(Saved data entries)
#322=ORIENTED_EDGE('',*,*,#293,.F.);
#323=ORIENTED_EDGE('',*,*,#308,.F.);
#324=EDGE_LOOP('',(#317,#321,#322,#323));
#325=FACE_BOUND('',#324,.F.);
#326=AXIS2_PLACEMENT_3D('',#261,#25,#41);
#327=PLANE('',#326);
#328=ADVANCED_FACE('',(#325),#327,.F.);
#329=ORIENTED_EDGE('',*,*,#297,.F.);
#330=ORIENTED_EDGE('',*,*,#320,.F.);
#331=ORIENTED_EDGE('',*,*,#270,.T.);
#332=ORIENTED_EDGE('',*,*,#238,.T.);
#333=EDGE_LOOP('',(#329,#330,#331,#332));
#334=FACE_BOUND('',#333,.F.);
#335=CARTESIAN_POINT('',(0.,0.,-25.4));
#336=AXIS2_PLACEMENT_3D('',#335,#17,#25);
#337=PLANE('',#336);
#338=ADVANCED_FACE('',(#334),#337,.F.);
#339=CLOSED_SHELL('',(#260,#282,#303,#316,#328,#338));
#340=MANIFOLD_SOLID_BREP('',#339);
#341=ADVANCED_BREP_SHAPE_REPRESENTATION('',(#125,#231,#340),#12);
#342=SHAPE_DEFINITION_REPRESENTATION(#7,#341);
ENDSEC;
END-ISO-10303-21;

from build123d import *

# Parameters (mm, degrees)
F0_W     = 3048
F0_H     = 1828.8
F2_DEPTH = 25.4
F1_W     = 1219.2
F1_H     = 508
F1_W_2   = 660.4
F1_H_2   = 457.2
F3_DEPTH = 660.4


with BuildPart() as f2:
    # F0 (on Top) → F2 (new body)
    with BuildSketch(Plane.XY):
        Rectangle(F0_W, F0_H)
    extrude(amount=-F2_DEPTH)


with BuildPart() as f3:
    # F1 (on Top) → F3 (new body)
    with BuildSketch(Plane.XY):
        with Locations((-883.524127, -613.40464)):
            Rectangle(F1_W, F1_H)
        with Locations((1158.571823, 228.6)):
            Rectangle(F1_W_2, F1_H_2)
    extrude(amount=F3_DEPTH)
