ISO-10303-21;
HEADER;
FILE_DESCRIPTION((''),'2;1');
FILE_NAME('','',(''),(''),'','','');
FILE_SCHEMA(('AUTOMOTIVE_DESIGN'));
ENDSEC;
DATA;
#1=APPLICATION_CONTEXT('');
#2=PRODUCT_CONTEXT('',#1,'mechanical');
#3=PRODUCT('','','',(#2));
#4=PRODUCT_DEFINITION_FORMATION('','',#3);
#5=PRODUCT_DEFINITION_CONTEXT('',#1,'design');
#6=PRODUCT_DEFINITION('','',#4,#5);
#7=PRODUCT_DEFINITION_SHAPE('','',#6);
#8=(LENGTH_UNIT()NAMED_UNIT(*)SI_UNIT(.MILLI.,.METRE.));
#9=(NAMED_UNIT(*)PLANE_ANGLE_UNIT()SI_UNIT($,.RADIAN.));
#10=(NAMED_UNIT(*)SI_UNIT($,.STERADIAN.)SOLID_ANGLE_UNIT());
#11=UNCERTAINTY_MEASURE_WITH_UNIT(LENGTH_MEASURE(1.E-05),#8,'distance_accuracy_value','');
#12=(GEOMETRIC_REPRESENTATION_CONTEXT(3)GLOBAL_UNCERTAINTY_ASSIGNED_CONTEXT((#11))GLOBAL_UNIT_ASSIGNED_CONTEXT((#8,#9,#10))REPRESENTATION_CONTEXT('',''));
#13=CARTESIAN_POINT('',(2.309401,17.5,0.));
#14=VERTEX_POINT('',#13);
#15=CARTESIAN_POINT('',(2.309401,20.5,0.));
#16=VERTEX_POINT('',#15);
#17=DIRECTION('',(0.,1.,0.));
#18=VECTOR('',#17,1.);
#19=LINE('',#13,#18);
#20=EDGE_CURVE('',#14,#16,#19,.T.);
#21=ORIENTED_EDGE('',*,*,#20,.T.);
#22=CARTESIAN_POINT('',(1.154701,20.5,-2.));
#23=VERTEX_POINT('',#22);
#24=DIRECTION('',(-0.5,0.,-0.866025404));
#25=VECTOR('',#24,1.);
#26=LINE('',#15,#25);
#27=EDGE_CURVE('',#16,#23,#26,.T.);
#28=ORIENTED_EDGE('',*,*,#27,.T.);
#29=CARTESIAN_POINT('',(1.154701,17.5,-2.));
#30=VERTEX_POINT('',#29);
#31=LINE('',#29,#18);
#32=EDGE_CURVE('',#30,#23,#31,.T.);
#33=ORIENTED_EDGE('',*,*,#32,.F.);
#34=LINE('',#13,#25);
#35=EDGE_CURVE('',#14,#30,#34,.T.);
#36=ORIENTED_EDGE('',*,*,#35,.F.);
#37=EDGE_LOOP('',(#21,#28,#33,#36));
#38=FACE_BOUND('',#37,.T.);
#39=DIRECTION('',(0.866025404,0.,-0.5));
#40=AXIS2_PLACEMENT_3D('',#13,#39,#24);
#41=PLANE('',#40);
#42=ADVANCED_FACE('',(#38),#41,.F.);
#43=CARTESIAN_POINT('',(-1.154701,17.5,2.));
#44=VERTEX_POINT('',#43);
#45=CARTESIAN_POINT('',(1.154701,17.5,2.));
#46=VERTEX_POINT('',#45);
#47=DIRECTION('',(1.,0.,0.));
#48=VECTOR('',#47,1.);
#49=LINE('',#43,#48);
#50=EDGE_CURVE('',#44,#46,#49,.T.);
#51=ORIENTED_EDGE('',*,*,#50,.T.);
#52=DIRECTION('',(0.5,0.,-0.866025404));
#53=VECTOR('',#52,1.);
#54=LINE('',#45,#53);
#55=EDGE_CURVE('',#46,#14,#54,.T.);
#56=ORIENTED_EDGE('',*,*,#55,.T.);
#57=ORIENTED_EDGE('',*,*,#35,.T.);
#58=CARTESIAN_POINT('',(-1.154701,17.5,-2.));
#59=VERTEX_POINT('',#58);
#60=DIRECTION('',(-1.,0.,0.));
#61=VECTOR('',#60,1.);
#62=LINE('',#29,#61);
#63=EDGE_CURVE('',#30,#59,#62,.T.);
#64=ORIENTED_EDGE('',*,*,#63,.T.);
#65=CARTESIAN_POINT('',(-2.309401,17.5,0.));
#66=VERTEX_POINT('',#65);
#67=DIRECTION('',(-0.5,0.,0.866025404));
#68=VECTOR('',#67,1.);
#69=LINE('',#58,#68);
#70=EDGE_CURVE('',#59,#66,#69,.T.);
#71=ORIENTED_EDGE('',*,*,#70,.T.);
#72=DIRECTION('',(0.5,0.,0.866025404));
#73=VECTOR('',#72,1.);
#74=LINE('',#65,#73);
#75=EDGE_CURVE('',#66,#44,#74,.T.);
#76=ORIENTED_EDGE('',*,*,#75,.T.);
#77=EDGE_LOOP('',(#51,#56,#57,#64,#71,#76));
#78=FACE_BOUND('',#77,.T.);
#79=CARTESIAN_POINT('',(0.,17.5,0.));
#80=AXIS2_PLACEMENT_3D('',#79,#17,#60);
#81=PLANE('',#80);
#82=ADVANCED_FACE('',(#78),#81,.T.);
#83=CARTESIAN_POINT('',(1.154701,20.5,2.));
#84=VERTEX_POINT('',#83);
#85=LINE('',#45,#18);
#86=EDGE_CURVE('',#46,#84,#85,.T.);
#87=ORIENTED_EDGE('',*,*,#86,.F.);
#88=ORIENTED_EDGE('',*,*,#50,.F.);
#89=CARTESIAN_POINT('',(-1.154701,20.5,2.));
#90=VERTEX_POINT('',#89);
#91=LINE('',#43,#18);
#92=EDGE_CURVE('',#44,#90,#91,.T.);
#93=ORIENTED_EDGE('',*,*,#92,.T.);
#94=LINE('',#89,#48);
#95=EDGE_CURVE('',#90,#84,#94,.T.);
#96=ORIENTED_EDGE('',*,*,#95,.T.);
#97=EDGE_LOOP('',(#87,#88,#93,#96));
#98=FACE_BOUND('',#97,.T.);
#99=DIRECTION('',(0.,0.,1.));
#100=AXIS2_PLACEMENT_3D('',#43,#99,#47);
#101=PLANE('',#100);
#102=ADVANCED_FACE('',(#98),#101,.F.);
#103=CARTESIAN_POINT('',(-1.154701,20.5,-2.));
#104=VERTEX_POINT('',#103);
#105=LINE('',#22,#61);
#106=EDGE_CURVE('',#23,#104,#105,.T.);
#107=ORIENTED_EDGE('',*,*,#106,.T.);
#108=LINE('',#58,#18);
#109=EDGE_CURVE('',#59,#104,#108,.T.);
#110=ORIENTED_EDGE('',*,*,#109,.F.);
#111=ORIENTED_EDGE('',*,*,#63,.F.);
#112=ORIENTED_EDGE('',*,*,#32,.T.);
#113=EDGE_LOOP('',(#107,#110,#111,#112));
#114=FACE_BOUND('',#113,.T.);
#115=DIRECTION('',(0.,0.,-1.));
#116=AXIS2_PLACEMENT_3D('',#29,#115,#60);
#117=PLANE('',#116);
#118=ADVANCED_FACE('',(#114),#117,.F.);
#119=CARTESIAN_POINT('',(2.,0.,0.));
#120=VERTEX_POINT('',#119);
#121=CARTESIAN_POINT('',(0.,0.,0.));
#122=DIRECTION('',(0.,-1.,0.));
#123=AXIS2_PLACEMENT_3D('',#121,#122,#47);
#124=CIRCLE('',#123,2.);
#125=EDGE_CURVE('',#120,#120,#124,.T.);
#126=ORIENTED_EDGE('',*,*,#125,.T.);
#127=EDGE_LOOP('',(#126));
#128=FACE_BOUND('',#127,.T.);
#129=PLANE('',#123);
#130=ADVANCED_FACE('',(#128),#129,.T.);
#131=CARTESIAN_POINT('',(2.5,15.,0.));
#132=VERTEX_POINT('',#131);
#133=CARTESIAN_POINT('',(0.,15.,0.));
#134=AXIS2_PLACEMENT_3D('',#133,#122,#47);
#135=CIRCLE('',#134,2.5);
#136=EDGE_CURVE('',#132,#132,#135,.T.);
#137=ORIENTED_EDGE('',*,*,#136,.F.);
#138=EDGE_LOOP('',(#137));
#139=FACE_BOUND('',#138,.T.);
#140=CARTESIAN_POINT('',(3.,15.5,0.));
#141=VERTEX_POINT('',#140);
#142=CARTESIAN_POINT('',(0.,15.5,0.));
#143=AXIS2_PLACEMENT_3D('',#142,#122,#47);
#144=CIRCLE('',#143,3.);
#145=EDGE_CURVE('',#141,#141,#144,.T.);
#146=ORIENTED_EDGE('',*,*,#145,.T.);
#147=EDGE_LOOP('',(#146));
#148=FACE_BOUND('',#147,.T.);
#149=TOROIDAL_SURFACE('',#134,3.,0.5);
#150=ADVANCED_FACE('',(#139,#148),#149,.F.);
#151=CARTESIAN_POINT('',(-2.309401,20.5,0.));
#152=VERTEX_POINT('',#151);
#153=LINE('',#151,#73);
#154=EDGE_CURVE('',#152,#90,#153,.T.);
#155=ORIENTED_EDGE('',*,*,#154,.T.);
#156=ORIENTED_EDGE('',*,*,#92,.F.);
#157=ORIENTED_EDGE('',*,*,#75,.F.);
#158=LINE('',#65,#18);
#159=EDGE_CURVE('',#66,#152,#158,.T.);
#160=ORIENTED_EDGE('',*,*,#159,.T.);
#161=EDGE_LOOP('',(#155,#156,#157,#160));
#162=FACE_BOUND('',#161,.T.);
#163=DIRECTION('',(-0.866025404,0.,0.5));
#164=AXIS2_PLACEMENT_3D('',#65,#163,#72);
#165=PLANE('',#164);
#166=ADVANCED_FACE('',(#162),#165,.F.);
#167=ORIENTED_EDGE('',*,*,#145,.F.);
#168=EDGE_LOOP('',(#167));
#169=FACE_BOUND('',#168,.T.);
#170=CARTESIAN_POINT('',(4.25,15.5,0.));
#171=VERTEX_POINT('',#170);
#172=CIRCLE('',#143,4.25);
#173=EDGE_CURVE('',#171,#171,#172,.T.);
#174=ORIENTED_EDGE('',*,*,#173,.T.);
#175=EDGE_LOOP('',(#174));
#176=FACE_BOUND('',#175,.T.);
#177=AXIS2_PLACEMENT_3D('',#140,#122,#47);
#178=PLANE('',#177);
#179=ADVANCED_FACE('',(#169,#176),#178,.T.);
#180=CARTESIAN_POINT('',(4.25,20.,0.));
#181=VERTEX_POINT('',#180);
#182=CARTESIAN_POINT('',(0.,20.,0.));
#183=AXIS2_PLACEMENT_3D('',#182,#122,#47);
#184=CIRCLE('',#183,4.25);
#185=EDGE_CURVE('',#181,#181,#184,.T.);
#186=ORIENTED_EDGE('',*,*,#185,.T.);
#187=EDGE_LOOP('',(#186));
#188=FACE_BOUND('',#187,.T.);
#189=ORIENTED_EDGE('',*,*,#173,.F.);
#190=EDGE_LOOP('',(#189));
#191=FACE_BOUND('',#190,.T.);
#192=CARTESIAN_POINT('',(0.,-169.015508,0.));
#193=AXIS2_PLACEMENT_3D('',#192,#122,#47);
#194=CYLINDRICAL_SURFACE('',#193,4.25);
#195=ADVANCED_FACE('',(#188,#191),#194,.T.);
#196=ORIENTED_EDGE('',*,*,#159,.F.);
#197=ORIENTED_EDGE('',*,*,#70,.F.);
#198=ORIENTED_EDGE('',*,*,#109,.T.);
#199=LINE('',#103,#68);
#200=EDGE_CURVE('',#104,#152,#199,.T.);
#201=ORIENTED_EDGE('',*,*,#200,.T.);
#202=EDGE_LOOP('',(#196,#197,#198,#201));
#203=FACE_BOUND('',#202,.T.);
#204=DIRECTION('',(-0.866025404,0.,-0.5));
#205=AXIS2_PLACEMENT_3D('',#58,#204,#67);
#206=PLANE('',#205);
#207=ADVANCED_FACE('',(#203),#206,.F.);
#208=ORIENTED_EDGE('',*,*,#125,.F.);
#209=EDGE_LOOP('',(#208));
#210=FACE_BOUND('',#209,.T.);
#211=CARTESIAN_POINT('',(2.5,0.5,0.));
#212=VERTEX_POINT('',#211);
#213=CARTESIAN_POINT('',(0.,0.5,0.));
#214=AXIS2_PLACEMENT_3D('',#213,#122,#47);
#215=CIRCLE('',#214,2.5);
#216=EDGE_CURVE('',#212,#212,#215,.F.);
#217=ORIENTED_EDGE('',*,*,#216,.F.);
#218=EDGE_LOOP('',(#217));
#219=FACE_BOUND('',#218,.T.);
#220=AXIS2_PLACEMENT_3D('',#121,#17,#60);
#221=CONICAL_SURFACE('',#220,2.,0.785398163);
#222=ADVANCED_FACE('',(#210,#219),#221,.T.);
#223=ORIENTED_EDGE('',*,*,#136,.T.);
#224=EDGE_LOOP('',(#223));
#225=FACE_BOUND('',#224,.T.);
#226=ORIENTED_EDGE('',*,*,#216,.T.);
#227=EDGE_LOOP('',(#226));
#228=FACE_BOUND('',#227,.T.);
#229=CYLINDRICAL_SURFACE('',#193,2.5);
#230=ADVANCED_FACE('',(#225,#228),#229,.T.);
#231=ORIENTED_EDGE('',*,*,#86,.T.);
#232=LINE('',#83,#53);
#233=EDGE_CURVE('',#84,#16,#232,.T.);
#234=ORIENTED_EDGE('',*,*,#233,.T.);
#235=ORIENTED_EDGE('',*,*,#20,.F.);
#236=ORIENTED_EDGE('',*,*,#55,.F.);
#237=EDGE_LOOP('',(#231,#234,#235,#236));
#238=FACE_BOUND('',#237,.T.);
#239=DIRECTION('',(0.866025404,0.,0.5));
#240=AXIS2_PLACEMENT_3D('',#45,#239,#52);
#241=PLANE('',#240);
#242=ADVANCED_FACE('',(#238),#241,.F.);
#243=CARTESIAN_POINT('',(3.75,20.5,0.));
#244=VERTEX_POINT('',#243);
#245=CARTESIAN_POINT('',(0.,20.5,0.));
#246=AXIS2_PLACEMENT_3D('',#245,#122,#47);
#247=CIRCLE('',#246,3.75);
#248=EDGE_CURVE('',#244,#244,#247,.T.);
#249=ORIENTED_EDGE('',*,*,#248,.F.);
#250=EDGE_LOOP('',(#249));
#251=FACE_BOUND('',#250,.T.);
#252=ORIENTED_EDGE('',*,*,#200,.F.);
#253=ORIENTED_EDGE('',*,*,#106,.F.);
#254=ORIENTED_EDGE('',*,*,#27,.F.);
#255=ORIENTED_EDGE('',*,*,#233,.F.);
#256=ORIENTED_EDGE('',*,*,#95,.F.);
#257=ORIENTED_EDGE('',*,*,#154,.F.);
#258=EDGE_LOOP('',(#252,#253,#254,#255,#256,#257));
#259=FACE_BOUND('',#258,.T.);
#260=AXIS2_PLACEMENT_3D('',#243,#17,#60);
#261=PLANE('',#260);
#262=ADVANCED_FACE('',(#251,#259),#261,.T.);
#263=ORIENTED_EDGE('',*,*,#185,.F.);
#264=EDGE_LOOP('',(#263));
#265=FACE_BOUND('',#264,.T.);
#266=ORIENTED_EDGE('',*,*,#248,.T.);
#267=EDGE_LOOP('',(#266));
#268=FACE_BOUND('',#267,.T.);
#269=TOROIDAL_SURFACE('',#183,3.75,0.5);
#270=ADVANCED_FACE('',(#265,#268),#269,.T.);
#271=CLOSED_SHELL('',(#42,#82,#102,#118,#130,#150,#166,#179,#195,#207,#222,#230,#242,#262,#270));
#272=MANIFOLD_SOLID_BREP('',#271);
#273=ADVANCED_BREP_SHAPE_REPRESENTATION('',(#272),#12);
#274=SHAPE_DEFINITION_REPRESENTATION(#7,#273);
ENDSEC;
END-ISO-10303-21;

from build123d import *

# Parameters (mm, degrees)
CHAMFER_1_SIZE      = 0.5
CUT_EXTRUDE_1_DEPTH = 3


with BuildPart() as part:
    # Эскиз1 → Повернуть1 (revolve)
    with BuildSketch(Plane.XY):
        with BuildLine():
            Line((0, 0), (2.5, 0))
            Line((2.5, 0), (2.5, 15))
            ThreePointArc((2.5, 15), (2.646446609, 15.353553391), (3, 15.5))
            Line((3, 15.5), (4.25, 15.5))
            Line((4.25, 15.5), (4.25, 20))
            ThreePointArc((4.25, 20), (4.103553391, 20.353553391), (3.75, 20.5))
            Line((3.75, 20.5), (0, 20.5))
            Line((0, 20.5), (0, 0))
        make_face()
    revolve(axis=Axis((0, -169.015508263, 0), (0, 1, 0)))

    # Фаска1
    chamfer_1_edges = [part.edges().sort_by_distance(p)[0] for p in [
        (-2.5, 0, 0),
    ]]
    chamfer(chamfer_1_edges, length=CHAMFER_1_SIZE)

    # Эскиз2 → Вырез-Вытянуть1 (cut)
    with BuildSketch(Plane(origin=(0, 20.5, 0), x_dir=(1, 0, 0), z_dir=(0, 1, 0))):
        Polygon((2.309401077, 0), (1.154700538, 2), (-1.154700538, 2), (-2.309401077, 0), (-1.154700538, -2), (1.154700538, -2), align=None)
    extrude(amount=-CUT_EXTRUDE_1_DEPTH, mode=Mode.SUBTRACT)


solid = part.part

==

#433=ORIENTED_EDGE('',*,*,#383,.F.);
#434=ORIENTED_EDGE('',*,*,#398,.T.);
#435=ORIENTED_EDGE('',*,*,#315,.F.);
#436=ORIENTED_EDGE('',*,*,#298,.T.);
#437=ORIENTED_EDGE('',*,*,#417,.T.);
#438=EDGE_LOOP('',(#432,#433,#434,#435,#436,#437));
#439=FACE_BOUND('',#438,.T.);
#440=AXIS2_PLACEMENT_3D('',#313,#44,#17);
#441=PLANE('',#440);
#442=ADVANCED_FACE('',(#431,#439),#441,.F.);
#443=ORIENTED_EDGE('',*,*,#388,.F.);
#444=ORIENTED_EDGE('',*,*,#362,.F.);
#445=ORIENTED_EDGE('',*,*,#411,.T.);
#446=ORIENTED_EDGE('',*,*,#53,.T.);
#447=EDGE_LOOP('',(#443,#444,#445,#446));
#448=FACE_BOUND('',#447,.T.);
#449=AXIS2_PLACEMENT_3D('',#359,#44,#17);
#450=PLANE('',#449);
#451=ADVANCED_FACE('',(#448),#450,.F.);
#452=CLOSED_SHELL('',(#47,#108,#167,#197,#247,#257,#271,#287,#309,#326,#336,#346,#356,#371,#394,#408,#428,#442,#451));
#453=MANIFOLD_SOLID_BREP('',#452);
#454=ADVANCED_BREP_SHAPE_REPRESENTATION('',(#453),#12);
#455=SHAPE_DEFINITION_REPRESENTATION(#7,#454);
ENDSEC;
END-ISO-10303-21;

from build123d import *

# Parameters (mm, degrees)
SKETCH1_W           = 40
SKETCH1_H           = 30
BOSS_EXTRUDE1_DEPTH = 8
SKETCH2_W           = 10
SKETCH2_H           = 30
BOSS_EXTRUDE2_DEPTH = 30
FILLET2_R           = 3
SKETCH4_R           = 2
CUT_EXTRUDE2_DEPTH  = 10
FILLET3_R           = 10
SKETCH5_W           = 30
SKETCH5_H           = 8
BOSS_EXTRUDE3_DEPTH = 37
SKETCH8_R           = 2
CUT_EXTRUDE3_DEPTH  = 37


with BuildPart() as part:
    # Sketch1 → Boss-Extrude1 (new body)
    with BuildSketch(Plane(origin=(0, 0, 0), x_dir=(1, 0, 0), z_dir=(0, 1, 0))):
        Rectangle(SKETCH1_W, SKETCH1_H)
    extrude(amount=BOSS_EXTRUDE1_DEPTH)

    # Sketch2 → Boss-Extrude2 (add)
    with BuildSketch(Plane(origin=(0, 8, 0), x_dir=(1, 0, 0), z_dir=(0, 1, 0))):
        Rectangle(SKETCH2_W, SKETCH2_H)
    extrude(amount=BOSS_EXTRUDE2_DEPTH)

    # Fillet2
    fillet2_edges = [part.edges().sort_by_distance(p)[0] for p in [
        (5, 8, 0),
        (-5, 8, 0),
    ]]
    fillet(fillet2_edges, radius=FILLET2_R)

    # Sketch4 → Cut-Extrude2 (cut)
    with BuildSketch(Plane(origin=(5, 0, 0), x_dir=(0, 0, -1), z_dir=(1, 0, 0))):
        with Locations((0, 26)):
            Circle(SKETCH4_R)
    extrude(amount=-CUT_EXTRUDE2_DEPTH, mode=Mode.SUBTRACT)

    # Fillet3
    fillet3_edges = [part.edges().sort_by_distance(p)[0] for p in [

Work task:
Among the records above, a stretch begins at the line containing "#49=LINE('',#43,#48);" and ends at the line containing "#57=ORIENTED_EDGE('',*,*,#35,.T.);". Restate that stretch word for word, and nothing else.

Task answer:
#49=LINE('',#43,#48);
#50=EDGE_CURVE('',#44,#46,#49,.T.);
#51=ORIENTED_EDGE('',*,*,#50,.T.);
#52=DIRECTION('',(0.5,0.,-0.866025404));
#53=VECTOR('',#52,1.);
#54=LINE('',#45,#53);
#55=EDGE_CURVE('',#46,#14,#54,.T.);
#56=ORIENTED_EDGE('',*,*,#55,.T.);
#57=ORIENTED_EDGE('',*,*,#35,.T.);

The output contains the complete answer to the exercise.